* _DATASET RECORDS_
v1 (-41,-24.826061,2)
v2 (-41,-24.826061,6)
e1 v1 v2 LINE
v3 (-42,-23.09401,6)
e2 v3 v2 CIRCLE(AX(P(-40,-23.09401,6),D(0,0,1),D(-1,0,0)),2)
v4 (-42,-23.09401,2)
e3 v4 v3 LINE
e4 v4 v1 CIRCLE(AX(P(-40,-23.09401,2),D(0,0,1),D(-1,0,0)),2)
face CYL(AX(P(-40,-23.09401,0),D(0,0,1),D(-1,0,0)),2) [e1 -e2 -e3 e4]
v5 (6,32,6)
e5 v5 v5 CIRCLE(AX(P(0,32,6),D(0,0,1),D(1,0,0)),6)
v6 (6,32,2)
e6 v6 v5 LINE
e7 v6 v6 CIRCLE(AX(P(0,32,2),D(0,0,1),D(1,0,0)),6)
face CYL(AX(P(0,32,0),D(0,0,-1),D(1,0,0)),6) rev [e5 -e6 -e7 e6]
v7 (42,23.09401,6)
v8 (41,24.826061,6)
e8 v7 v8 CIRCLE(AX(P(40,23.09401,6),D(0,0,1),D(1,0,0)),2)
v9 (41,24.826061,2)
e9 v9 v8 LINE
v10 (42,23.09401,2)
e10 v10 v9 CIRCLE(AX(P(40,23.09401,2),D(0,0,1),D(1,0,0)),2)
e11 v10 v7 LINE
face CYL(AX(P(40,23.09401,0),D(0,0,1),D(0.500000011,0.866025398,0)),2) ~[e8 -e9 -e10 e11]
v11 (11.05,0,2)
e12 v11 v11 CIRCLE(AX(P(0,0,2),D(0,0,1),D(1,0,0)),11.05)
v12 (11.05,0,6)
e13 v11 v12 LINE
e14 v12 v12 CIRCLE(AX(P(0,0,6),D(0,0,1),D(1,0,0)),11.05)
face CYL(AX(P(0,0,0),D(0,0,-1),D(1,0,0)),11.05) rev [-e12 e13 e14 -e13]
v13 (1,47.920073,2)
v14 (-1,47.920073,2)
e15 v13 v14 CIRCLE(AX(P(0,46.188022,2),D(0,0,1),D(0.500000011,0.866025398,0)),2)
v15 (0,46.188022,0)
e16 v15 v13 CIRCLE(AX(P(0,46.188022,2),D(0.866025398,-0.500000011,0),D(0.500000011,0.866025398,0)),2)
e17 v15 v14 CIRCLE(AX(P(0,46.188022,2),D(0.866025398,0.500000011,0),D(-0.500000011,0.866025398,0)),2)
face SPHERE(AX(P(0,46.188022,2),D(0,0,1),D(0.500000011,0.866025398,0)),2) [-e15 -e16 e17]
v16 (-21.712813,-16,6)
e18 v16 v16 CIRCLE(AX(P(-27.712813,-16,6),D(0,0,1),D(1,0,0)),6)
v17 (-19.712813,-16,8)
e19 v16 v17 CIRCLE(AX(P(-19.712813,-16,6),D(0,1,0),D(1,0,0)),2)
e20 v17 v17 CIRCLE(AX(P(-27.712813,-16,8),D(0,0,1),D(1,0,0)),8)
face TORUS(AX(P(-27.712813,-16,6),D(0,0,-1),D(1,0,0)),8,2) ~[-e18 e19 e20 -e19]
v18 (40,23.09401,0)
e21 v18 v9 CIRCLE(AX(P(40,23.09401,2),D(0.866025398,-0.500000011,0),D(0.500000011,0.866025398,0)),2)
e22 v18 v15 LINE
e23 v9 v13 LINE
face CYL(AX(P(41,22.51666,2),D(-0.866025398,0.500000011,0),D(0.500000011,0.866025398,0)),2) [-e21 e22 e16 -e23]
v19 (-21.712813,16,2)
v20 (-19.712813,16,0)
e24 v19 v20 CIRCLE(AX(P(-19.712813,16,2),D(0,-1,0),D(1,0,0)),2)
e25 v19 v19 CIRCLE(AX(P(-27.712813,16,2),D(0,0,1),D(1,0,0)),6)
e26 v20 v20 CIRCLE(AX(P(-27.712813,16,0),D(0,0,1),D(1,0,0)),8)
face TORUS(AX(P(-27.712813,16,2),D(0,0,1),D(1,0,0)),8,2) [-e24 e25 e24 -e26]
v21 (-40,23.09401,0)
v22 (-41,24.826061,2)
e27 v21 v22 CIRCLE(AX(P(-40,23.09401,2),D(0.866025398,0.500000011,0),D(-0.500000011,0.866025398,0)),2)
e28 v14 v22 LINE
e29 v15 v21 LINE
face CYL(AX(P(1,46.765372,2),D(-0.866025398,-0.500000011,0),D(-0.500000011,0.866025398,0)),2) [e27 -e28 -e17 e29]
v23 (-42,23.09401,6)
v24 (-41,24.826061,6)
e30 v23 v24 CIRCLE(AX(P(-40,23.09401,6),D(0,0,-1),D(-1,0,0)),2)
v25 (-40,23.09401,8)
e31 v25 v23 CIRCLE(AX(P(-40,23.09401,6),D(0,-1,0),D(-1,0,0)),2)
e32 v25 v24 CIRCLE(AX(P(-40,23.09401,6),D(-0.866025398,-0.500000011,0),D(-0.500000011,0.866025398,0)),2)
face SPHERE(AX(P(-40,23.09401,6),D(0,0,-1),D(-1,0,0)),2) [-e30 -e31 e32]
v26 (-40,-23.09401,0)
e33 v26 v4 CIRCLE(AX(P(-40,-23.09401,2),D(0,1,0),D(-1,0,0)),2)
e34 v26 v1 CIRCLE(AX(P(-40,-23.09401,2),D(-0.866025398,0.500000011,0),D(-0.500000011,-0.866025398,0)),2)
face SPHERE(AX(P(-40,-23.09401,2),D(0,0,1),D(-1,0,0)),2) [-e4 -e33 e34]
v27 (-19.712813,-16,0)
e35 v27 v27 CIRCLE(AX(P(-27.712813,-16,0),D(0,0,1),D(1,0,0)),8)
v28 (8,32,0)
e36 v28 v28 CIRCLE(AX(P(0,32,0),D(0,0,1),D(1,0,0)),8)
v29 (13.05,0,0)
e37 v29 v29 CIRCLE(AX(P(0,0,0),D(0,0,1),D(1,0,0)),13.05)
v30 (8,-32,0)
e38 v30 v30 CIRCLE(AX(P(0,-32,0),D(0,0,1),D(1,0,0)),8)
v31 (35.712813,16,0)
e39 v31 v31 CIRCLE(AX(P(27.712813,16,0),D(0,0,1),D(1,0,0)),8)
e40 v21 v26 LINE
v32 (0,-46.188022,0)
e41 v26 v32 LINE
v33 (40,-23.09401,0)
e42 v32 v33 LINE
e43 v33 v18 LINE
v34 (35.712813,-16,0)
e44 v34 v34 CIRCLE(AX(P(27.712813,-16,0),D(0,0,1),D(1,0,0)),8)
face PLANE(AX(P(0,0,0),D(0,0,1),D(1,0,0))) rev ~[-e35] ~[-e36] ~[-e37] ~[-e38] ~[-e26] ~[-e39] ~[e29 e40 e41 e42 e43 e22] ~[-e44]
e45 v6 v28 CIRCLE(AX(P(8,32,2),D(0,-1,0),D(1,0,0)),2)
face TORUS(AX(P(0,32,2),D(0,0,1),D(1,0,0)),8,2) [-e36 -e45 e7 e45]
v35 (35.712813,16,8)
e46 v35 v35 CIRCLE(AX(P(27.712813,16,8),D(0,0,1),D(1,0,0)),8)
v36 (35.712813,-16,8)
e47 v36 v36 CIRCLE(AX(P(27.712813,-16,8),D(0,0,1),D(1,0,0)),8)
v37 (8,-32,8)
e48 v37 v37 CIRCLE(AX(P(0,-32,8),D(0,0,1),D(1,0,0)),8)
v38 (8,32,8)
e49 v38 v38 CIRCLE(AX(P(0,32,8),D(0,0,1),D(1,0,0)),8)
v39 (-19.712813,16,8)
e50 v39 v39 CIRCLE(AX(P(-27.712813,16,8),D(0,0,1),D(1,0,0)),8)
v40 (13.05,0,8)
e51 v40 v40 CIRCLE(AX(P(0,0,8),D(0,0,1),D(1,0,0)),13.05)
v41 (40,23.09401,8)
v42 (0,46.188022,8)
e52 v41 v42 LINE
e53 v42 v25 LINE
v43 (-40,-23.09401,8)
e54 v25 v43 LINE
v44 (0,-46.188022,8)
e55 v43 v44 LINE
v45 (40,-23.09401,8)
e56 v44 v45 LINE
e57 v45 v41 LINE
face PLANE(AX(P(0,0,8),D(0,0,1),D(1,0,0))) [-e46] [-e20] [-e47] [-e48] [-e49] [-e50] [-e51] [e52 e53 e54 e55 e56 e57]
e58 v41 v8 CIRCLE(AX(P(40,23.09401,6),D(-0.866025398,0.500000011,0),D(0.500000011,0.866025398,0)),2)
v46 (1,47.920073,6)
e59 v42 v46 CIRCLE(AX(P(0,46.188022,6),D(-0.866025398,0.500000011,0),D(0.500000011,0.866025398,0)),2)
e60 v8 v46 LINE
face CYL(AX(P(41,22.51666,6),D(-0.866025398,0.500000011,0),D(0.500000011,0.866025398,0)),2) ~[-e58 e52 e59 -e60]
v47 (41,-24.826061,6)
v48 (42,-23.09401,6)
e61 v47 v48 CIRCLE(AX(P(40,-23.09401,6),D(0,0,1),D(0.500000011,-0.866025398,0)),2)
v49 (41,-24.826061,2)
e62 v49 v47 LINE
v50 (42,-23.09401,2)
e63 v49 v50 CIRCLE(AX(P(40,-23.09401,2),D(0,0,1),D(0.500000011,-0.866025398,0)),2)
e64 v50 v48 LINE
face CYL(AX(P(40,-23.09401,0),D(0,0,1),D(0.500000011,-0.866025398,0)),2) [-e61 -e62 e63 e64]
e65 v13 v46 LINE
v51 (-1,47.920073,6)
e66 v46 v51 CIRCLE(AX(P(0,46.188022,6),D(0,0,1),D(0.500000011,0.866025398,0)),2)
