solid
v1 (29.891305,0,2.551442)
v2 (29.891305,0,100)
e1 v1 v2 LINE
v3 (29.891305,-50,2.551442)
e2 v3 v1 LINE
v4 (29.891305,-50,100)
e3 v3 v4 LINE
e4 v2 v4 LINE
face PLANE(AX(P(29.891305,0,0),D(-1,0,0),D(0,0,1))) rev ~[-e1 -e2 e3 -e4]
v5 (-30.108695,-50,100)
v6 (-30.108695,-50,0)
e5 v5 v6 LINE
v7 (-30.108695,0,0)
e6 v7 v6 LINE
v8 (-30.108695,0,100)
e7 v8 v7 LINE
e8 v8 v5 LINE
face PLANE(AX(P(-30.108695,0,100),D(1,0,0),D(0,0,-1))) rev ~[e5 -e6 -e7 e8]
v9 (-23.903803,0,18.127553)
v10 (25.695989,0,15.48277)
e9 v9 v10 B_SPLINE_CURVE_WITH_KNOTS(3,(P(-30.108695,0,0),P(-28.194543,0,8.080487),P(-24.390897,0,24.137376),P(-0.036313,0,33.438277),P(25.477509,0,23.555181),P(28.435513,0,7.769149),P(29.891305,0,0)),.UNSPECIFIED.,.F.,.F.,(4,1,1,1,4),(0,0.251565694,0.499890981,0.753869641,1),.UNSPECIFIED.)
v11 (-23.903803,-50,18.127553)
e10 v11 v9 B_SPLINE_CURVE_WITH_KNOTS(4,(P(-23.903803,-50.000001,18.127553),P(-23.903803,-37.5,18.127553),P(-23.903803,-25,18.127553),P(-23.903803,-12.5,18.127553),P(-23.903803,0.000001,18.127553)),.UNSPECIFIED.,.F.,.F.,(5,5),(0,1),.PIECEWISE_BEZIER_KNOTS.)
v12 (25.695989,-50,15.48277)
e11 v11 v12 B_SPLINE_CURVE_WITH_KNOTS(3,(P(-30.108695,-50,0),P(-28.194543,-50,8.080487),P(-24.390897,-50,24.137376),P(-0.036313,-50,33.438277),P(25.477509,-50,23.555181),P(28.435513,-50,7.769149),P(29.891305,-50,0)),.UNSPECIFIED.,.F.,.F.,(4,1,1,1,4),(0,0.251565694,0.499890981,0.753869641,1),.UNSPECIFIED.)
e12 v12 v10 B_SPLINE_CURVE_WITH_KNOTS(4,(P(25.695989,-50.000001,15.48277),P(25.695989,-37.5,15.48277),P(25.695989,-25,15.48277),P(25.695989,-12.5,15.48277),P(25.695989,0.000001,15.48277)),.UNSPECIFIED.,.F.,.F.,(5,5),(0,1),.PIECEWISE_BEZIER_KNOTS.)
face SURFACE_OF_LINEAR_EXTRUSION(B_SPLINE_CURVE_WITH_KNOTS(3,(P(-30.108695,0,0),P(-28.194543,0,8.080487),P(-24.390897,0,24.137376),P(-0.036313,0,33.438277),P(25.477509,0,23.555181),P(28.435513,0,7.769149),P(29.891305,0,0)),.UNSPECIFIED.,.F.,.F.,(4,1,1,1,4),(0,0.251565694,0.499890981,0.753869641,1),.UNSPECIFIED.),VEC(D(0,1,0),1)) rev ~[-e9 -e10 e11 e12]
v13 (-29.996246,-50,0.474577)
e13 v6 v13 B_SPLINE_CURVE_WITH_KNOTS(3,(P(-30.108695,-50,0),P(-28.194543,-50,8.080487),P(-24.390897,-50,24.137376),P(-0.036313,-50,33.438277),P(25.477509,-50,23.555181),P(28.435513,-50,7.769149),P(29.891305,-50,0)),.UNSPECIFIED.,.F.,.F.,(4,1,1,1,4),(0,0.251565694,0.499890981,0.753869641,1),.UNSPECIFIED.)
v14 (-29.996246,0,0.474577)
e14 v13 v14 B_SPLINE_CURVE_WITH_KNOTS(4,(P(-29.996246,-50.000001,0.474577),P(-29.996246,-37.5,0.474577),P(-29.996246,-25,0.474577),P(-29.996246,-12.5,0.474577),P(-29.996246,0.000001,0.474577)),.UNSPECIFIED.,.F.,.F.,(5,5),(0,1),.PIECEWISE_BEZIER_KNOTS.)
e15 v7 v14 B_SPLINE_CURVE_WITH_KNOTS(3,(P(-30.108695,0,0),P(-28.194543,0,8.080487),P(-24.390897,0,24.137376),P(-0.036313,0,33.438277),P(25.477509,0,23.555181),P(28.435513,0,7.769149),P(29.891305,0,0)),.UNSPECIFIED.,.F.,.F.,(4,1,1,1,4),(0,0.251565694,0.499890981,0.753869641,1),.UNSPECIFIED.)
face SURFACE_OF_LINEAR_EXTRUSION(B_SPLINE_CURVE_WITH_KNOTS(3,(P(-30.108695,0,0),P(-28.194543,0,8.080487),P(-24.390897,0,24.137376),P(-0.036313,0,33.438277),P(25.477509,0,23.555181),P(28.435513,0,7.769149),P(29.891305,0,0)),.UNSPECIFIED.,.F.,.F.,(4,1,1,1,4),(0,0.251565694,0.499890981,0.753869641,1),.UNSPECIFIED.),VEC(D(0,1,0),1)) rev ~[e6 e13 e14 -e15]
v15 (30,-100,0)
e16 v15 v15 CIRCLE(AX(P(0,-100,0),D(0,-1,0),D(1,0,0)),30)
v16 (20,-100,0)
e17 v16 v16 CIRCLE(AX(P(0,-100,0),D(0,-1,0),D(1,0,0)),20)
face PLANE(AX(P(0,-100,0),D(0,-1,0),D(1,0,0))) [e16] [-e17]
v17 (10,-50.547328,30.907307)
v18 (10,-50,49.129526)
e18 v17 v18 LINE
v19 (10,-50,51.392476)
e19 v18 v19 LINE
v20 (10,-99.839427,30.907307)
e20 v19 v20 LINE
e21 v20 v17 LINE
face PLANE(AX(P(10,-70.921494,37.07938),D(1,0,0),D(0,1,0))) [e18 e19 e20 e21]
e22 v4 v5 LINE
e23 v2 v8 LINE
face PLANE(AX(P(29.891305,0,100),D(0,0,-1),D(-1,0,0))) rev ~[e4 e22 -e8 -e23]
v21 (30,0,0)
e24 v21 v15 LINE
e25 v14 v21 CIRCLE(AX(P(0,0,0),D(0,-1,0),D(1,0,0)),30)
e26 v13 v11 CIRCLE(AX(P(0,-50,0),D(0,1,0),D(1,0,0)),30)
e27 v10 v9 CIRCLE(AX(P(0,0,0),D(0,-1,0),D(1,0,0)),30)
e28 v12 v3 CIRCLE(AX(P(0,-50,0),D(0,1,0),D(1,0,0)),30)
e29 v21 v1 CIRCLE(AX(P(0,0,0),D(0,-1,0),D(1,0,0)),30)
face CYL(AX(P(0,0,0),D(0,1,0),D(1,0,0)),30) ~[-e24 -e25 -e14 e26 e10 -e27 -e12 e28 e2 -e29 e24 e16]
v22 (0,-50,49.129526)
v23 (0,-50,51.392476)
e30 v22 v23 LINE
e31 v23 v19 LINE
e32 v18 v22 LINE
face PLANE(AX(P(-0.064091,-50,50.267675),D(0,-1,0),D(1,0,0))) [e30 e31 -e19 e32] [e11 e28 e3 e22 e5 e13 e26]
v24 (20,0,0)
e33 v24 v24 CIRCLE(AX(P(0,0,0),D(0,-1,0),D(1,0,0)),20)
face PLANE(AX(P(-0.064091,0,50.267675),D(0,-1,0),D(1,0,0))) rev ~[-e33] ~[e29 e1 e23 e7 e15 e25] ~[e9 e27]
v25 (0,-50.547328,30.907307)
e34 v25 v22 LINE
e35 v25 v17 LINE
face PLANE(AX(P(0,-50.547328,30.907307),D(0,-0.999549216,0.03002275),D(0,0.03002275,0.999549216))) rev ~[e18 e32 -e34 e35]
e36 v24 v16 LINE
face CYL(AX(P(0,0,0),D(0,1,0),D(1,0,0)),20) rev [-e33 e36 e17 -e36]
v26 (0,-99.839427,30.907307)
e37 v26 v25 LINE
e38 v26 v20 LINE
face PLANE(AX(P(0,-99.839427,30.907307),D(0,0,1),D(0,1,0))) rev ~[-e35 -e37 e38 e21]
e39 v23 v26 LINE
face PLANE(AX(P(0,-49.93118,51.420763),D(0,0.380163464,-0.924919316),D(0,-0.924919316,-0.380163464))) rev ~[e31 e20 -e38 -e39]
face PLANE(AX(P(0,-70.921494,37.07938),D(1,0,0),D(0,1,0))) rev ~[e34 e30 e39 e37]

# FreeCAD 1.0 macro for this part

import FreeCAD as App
import Part
import Sketcher
from FreeCAD import Vector


def add_polygon(sketch, points):
    """Adds a closed chain of lines whose ends are joined by coincident constraints."""
    first, n = sketch.GeometryCount, len(points)
    for a, b in zip(points, points[1:] + points[:1]):
        sketch.addGeometry(Part.LineSegment(App.Vector(*a, 0), App.Vector(*b, 0)), False)
    for i in range(n):
        sketch.addConstraint(Sketcher.Constraint("Coincident", first + i, 2, first + (i + 1) % n, 1))

doc = App.newDocument("Part")
params = doc.addObject("Spreadsheet::Sheet", "Params")
for row, (alias, value) in enumerate([
    ("sketch1_diameter", "60 mm"),
    ("sketch1_diameter2", "40 mm"),
    ("pad1_length", "100 mm"),
    ("sketch2_height", "100 mm"),
    ("pad2_length", "50 mm"),
    ("pad3_length", "10 mm"),
], start=1):
    params.set(f"A{row}", alias)
    params.set(f"B{row}", "=" + value)
    params.setAlias(f"B{row}", alias)

body = doc.addObject("PartDesign::Body", "Body")

sketch1 = body.newObject("Sketcher::SketchObject", "Sketch")
sketch1.AttachmentSupport = (doc.getObject("XZ_Plane"), [""])
sketch1.MapMode = "FlatFace"
sketch1.addGeometry(Part.Circle(Vector(0, 0, 0), Vector(0, 0, 1), 30), False)
sketch1.addGeometry(Part.Circle(Vector(0, 0, 0), Vector(0, 0, 1), 20), False)
sketch1.addConstraint(Sketcher.Constraint("Coincident", 0, 3, -1, 1))
sketch1.addConstraint(Sketcher.Constraint("Coincident", 1, 3, -1, 1))
sketch1.addConstraint(Sketcher.Constraint("Diameter", 0, 60.0))
sketch1.addConstraint(Sketcher.Constraint("Diameter", 1, 40.0))
sketch1.setExpression("Constraints[2]", "Params.sketch1_diameter")
sketch1.setExpression("Constraints[3]", "Params.sketch1_diameter2")
pad1 = body.newObject("PartDesign::Pad", "Pad")
pad1.Profile = sketch1
pad1.setExpression("Length", "Params.pad1_length")

sketch2 = body.newObject("Sketcher::SketchObject", "Sketch001")
sketch2.AttachmentSupport = (doc.getObject("XZ_Plane"), [""])
sketch2.MapMode = "FlatFace"
sketch2.addGeometry(Part.LineSegment(Vector(-30.108695, 100, 0), Vector(-30.108695, 0, 0)), False)
sketch2.addGeometry(Part.BSplineCurve([Vector(-30.108695, 0, 0), Vector(-28.194543, 8.080487, 0), Vector(-24.390897, 24.137376, 0), Vector(-0.036313, 33.438277, 0), Vector(25.477509, 23.555181, 0), Vector(28.435513, 7.769149, 0), Vector(29.891305, 0, 0)], [4, 1, 1, 1, 4], [0, 0.251565694, 0.499890981, 0.753869641, 1], False, 3, [1, 1, 1, 1, 1, 1, 1], False), False)
sketch2.addGeometry(Part.LineSegment(Vector(29.891305, 0, 0), Vector(29.891305, 100, 0)), False)
sketch2.addGeometry(Part.LineSegment(Vector(29.891305, 100, 0), Vector(-30.108695, 100, 0)), False)
sketch2.addConstraint(Sketcher.Constraint("Block", 1))
sketch2.addConstraint(Sketcher.Constraint("Coincident", 0, 2, 1, 1))
sketch2.addConstraint(Sketcher.Constraint("Coincident", 1, 2, 2, 1))
sketch2.addConstraint(Sketcher.Constraint("Coincident", 2, 2, 3, 1))
sketch2.addConstraint(Sketcher.Constraint("Coincident", 3, 2, 0, 1))
sketch2.addConstraint(Sketcher.Constraint("Vertical", 0))
sketch2.addConstraint(Sketcher.Constraint("Vertical", 2))
sketch2.addConstraint(Sketcher.Constraint("Horizontal", 3))
sketch2.addConstraint(Sketcher.Constraint("DistanceY", 0, 2, 0, 1, 100.0))
sketch2.setExpression("Constraints[8]", "Params.sketch2_height")
pad2 = body.newObject("PartDesign::Pad", "Pad001")
pad2.Profile = sketch2
pad2.setExpression("Length", "Params.pad2_length")

sketch3 = body.newObject("Sketcher::SketchObject", "Sketch002")
sketch3.AttachmentSupport = (doc.getObject("YZ_Plane"), [""])
sketch3.MapMode = "FlatFace"
add_polygon(sketch3, [(-100, 31), (-51, 31), (-50, 51)])
sketch3.addConstraint(Sketcher.Constraint("Horizontal", 0))
sketch3.addConstraint(Sketcher.Constraint("DistanceX", 0, 1, 0, 2, 49.292099))
sketch3.addConstraint(Sketcher.Constraint("Distance", 2, 53.959568))
sketch3.addConstraint(Sketcher.Constraint("DistanceX", 1, 2, -1, 1, 49.93118))
sketch3.addConstraint(Sketcher.Constraint("DistanceX", 0, 2, 1, 2, 0.616148))
sketch3.addConstraint(Sketcher.Constraint("DistanceY", -1, 1, 0, 2, 30.907307))
pad3 = body.newObject("PartDesign::Pad", "Pad002")
pad3.Profile = sketch3
pad3.setExpression("Length", "Params.pad3_length")

doc.recompute()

* _WHAT THE EXERCISE ASKS_
Give back exactly the lines above, from the line containing "e22 e16 -e23]" through the line containing "face TORUS(AX(P(-27.712813,16,2),D(0,0,1),D(1,0,0)),8,2) [-e24", with both end lines and nothing more.

* _EXERCISE ANSWER_
face CYL(AX(P(41,22.51666,2),D(-0.866025398,0.500000011,0),D(0.500000011,0.866025398,0)),2) [-e21 e22 e16 -e23]
v19 (-21.712813,16,2)
v20 (-19.712813,16,0)
e24 v19 v20 CIRCLE(AX(P(-19.712813,16,2),D(0,-1,0),D(1,0,0)),2)
e25 v19 v19 CIRCLE(AX(P(-27.712813,16,2),D(0,0,1),D(1,0,0)),6)
e26 v20 v20 CIRCLE(AX(P(-27.712813,16,0),D(0,0,1),D(1,0,0)),8)
face TORUS(AX(P(-27.712813,16,2),D(0,0,1),D(1,0,0)),8,2) [-e24 e25 e24 -e26]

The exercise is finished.